A change in the gross profit margin does not necessarily mean there will be an equivalent change in the absolute gross profit. This is because the gross profit figure is the product of the gross profit margin and the volume of sales and these may vary independently of each other. That said, in this case the expected gross profit margin in 2009 shows an increase over that earned in 2008 (to 43·2% from 40·0%) and the sales have also increased, so it is understandable that the directors expected a higher gross profit. As the actual gross profit margin in 2009 is only 33·4% something other than the changes described by the directors must have occurred. Possible reasons for the reduction are:
The opening stock being at old (higher) cost and the closing stock is at the new (lower) cost will have caused slight distortion.
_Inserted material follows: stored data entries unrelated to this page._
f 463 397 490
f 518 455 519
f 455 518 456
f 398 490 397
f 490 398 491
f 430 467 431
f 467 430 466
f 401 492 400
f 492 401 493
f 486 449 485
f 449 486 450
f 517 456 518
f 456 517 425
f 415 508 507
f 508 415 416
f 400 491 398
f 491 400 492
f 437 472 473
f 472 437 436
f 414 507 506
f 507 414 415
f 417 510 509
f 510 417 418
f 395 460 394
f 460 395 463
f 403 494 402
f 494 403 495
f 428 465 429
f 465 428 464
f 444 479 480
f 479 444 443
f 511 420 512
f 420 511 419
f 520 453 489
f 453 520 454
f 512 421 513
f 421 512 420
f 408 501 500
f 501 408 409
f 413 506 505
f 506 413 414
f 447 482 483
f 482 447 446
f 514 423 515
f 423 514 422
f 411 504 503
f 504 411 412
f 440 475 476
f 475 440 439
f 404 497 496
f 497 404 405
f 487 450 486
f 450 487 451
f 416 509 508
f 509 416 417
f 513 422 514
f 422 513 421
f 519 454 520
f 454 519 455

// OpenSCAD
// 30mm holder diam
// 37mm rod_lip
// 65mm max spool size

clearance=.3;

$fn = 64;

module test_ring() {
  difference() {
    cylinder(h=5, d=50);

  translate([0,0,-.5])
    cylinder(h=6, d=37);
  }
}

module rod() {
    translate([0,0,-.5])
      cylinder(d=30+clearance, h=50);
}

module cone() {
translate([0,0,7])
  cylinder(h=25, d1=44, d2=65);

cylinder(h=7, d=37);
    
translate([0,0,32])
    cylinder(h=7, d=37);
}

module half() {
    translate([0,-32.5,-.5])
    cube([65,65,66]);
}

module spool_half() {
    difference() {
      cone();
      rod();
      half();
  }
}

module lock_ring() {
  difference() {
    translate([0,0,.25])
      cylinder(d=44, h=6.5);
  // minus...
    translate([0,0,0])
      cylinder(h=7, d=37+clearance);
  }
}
Stock write downs due to damage/obsolescence.
A change in the sales mix (i.e. from higher margin sales to lower margin sales).
New (lower margin) products may have been introduced from other new suppliers.
Some selling prices may have been discounted because of sales promotions.
Import duties (perhaps not allowed for by the directors) or exchange rate fluctuations may have caused the actual purchase cost to be higher than the trade prices quoted by the new supplier.
Change in cost classification: some costs included as operating expenses in 2008 may have been classified as cost of sales in 2009 (if intentional and material this should be treated as a change in accounting policy) – for example it may be worth checking that depreciation has been properly charged to operating expenses in 2009.
he new supplier may have put his prices up during the year; due to market conditions the company may have felt it could not pass these increases on to its customers.
(iii) Note – all monetary figures in $’000
Debtors’ collection period in 2008: 2,800/28,500 x 365 = 35·9 days
Applying the 35·9 days collection period to the credit sales made in 2009:
53,000 x 35·9/365 = 5,213, the actual debtors are 7,800 thus potentially increasing the bank balance by 2,587
A similar exercise with the trade creditors’ payment period in 2008: 4,500/33,000 x 365 = 49·8 days
Note the 33,000 above is the cost of sales for 2008. This was the same as the credit purchases as there was no change in the value of stock. However, in 2009 the credit purchases will be 44,600 (43,800 + 5,200 closing stock – 4,400 opening stock).
Applying the 49·8 days payment period to purchases made in 2009 gives:
44,600 x 49·8/365 = 6,085, the actual creditors are 4,200 thus potentially increasing the bank balance by 1,885.
Inevitably a shortening of the period of credit offered by suppliers and lengthening the credit offered to customers will put a strain on cash resources. For Coaltown the combination of maintaining the same credit periods for both trade receivables and payables would have led to a reduction in cash outflows of 4,472 (2,587 + 1,885), which would have eliminated the overdraft of 3,600 leaving a balance in hand of 872.